This is incorrect, you will only get $20 Credits for 3/mo if you have the AEP and get hbo/show 3 mo.

Hbo - 15.99
Show/cine/starz - 12.99 each

Any 2 = $22 thus $11 each
Any 3 = $31 thus $10.33 each
Any 4 = $40 thus $10 each

You are only getting credit for 2 of them but you are getting the any 4 - thus a $20 credit. See it all the time on AEP accounts.

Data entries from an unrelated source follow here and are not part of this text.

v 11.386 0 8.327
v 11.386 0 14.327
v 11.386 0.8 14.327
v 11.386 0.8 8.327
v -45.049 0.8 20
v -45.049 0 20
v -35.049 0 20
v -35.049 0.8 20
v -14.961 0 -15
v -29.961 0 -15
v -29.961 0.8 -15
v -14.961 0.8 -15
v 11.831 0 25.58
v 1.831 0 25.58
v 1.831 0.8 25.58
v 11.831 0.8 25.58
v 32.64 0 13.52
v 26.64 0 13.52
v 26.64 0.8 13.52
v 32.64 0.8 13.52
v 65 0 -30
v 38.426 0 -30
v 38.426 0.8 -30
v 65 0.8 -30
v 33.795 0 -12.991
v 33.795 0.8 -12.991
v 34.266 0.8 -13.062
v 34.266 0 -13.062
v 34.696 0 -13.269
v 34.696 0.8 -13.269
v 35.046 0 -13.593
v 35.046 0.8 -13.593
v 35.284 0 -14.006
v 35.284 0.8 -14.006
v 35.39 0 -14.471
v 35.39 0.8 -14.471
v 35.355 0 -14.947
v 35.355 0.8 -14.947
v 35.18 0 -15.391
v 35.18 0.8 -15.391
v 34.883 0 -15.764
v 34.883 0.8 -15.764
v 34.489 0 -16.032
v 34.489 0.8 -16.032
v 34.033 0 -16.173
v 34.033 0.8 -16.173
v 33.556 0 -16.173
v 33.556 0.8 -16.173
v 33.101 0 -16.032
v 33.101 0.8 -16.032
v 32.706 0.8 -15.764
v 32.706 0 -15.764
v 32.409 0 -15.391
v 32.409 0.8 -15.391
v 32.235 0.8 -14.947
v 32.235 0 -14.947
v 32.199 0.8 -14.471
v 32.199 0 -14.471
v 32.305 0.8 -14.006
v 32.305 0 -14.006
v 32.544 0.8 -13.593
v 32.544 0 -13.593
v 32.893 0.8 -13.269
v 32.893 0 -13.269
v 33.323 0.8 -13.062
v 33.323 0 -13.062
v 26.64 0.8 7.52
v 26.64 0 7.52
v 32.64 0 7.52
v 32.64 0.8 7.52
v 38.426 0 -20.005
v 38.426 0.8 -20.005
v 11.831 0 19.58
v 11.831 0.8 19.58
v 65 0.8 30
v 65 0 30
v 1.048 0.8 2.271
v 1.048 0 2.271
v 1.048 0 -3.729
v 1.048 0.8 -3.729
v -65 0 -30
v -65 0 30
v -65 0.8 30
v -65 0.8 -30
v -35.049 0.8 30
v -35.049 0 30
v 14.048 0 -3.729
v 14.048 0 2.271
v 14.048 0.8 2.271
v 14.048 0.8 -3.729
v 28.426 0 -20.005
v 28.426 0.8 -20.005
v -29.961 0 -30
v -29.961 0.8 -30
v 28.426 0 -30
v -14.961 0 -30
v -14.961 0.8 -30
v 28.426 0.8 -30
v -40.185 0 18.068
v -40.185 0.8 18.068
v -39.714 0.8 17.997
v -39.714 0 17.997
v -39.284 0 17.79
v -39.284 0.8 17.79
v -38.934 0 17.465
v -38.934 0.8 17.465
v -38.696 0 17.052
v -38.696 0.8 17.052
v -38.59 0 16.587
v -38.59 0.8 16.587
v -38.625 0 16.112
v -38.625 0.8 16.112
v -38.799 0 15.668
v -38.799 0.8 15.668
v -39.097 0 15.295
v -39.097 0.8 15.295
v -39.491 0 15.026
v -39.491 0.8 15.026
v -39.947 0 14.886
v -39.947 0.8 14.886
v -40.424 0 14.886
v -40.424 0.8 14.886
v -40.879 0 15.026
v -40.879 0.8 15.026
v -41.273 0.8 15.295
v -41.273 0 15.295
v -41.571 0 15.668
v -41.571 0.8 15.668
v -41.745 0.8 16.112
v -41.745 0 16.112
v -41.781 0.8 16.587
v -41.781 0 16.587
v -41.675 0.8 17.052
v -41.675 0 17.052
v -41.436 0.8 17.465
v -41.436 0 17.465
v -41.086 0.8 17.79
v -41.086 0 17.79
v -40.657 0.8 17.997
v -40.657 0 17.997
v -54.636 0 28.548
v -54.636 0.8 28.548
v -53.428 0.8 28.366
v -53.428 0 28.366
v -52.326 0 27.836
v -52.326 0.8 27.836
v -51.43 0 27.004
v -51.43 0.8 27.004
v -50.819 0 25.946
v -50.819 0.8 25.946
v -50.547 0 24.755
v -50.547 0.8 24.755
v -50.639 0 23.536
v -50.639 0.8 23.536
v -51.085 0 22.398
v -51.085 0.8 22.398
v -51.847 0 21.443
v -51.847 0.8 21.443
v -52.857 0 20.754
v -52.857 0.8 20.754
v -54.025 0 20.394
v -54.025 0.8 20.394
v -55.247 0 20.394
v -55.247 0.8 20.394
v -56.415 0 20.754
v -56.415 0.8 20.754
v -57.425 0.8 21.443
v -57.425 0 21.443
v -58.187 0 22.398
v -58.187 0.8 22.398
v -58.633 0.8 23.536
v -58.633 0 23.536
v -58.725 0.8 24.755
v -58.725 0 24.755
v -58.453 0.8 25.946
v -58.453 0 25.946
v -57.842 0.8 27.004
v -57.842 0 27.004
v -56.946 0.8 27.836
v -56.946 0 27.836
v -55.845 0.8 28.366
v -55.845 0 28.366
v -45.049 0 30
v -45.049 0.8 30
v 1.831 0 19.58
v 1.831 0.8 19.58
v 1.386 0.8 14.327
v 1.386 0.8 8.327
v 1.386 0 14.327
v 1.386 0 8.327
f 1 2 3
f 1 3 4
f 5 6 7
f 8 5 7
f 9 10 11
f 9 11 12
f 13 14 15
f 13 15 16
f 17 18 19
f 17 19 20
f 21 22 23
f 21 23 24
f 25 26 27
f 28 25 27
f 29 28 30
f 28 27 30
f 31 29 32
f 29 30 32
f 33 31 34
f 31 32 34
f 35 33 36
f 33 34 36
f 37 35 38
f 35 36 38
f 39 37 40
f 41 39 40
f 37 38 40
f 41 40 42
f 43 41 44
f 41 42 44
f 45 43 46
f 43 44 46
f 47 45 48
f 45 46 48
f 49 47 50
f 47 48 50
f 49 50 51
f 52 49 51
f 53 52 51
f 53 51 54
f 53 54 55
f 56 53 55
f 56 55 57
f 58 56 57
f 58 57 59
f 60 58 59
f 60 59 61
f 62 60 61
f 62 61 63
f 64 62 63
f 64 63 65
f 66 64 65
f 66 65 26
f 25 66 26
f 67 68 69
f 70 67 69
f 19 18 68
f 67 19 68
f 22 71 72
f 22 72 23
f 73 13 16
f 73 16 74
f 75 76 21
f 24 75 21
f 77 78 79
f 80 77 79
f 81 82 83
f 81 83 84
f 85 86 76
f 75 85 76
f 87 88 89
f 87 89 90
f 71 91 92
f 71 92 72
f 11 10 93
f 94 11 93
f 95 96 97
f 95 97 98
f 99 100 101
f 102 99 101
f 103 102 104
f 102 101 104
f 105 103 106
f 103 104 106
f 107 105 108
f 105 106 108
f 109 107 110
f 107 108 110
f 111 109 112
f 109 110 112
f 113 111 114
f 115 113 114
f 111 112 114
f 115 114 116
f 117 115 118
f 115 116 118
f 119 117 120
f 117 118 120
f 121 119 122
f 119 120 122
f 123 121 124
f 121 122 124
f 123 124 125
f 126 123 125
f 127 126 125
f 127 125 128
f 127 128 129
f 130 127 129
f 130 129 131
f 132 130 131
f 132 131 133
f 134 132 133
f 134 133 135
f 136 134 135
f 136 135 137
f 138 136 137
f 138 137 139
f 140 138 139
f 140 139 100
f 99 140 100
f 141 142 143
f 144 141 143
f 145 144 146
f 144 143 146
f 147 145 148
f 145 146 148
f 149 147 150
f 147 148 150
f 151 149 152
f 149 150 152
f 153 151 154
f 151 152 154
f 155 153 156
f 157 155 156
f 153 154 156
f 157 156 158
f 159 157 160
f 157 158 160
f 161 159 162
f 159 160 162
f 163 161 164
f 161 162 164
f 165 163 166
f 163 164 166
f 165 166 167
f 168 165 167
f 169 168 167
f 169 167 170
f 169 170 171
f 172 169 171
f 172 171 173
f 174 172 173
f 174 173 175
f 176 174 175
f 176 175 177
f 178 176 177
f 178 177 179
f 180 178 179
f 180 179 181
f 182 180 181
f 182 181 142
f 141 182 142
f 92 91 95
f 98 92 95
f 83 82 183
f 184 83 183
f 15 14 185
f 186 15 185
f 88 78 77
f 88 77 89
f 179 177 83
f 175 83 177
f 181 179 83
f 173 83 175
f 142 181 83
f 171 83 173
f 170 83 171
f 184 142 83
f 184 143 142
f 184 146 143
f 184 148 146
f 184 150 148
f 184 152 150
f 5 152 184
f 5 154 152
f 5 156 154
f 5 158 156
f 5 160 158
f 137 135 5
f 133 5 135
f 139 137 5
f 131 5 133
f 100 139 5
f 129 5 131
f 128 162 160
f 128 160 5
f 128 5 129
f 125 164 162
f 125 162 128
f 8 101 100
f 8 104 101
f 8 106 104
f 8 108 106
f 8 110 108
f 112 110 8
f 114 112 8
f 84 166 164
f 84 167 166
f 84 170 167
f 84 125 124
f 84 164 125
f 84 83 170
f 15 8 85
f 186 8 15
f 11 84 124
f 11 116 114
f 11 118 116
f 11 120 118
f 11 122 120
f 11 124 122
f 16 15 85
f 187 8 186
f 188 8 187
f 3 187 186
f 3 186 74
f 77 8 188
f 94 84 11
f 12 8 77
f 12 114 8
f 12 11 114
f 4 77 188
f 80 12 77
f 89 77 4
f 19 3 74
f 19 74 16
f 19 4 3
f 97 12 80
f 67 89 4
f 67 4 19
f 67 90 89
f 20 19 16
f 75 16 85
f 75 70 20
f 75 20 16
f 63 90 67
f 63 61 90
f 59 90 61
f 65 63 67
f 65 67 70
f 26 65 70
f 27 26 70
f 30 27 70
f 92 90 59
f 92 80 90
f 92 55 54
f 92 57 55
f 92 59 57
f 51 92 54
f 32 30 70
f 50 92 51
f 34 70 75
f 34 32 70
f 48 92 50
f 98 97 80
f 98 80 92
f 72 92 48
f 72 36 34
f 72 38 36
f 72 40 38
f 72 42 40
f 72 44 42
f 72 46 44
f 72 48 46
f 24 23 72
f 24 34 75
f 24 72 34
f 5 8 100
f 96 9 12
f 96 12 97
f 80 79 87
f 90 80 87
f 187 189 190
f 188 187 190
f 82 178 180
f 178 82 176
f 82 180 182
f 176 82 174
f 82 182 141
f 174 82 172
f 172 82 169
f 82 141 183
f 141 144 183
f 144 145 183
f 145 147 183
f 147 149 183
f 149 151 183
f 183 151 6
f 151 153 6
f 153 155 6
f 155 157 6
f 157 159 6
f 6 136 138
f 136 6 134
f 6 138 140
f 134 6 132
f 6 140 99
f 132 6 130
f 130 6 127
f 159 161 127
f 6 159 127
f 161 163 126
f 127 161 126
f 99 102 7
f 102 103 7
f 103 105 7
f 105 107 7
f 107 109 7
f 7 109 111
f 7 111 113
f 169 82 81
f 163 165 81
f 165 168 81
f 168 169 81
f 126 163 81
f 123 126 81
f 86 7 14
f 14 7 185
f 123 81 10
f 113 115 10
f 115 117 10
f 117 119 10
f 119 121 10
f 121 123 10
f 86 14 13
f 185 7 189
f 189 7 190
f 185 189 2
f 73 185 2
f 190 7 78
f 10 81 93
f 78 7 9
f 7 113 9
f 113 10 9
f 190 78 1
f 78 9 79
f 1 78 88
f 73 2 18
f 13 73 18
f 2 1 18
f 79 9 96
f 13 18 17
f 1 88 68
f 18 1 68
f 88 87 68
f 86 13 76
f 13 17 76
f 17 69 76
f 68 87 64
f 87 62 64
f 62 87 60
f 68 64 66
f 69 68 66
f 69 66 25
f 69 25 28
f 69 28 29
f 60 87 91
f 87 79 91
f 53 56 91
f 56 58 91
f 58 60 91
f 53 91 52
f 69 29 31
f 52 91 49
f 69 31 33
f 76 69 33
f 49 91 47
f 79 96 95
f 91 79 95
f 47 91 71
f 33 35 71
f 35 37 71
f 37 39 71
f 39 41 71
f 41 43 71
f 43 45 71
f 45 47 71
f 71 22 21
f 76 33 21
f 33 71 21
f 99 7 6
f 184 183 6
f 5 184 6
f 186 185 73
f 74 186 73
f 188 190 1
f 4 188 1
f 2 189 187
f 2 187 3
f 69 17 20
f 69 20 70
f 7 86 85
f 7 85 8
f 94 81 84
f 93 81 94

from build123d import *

# Parameters (mm, degrees)
SKETCH1_W           = 130
SKETCH1_H           = 60
BOSS_EXTRUDE1_DEPTH = 0.8
SKETCH2_W           = 10
SKETCH2_H           = 10
SKETCH2_W_2         = 15
SKETCH2_H_2         = 15
CUT_EXTRUDE5_DEPTH  = 3
SKETCH3_R           = 1.6
SKETCH3_R_2         = 4.1
CUT_EXTRUDE6_DEPTH  = 3
SKETCH4_W           = 13
SKETCH4_H           = 6
SKETCH4_W_2         = 10
SKETCH4_W_3         = 6
CUT_EXTRUDE8_DEPTH  = 3


with BuildPart() as part:
    # Sketch1 → Boss-Extrude1 (new body)
    with BuildSketch(Plane(origin=(0, 0, 0), x_dir=(1, 0, 0), z_dir=(0, 1, 0))):
        Rectangle(SKETCH1_W, SKETCH1_H)
    extrude(amount=BOSS_EXTRUDE1_DEPTH)

    # Sketch2 → Cut-Extrude5 (cut)
    with BuildSketch(Plane(origin=(0, 0, 0), x_dir=(1, 0, 0), z_dir=(0, 1, 0))):
        with Locations((-40.048834012, -25)):
            Rectangle(SKETCH2_W, SKETCH2_H)
        with Locations((33.42564803, 25.004850698)):
            Rectangle(SKETCH2_W, SKETCH2_H)
        with Locations((-22.460867384, 22.5)):
            Rectangle(SKETCH2_W_2, SKETCH2_H_2)
    extrude(amount=CUT_EXTRUDE5_DEPTH, mode=Mode.SUBTRACT)

    # Sketch3 → Cut-Extrude6 (cut)
    with BuildSketch(Plane(origin=(0, 0.8, 0), x_dir=(1, 0, 0), z_dir=(0, 1, 0))):
        with Locations(Location((-40.185122934, -16.467769304, 0), (0, 0, 270))):
            Circle(SKETCH3_R)
        with Locations(Location((33.794766004, 14.590842962, 0), (0, 0, 270))):
            Circle(SKETCH3_R)
        with Locations(Location((-54.63600503, -24.448107178, 0), (0, 0, 270))):
            Circle(SKETCH3_R_2)
    extrude(amount=-CUT_EXTRUDE6_DEPTH, mode=Mode.SUBTRACT)

    # Sketch4 → Cut-Extrude8 (cut)
    with BuildSketch(Plane(origin=(0, 0, 0), x_dir=(1, 0, 0), z_dir=(0, 1, 0))):
        with Locations((7.547565178, 0.728562609)):
            Rectangle(SKETCH4_W, SKETCH4_H)
        with Locations((6.386143638, -11.327057027)):
            Rectangle(SKETCH4_W_2, SKETCH4_H)
        with Locations((6.830928235, -22.580107336)):
            Rectangle(SKETCH4_W_2, SKETCH4_H)
        with Locations((29.640312606, -10.519923454)):
            Rectangle(SKETCH4_W_3, SKETCH4_H)
    extrude(amount=CUT_EXTRUDE8_DEPTH, mode=Mode.SUBTRACT)


solid = part.part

Unless they manually give you a defered credit, then its the rep not thinking of the price difference, but if the add the actual promotion its only $20/each 3 mo.


----------



## coldsteel (Mar 29, 2007)

Crud, my bad. Fryguy's right, $20 off.


----------



## MadScientist (Dec 1, 2004)

Most likely is $20.00 for three months but I still like saving $60.00 :grin::grin:



fryguy503 said:


> This is incorrect, you will only get $20 Credits for 3/mo if you have the AEP and get hbo/show 3 mo.
> 
> Hbo - 15.99
> Show/cine/starz - 12.99 each
> ...


----------



## dandoshan (Jul 15, 2006)

Just checked out the offer for the first time on Dish site. I see it says Free for 3 Months and then in smaller print in parentheses it says (with commitment) whatever that means.


----------



## MadScientist (Dec 1, 2004)

that is for New, first-time DISH Network customers


----------



## samsmith (Oct 31, 2009)

This promo expires on 1/31/2010


----------



## jadebox (Dec 14, 2004)

dandoshan said:


> Just checked out the offer for the first time on Dish site. I see it says Free for 3 Months and then in smaller print in parentheses it says (with commitment) whatever that means.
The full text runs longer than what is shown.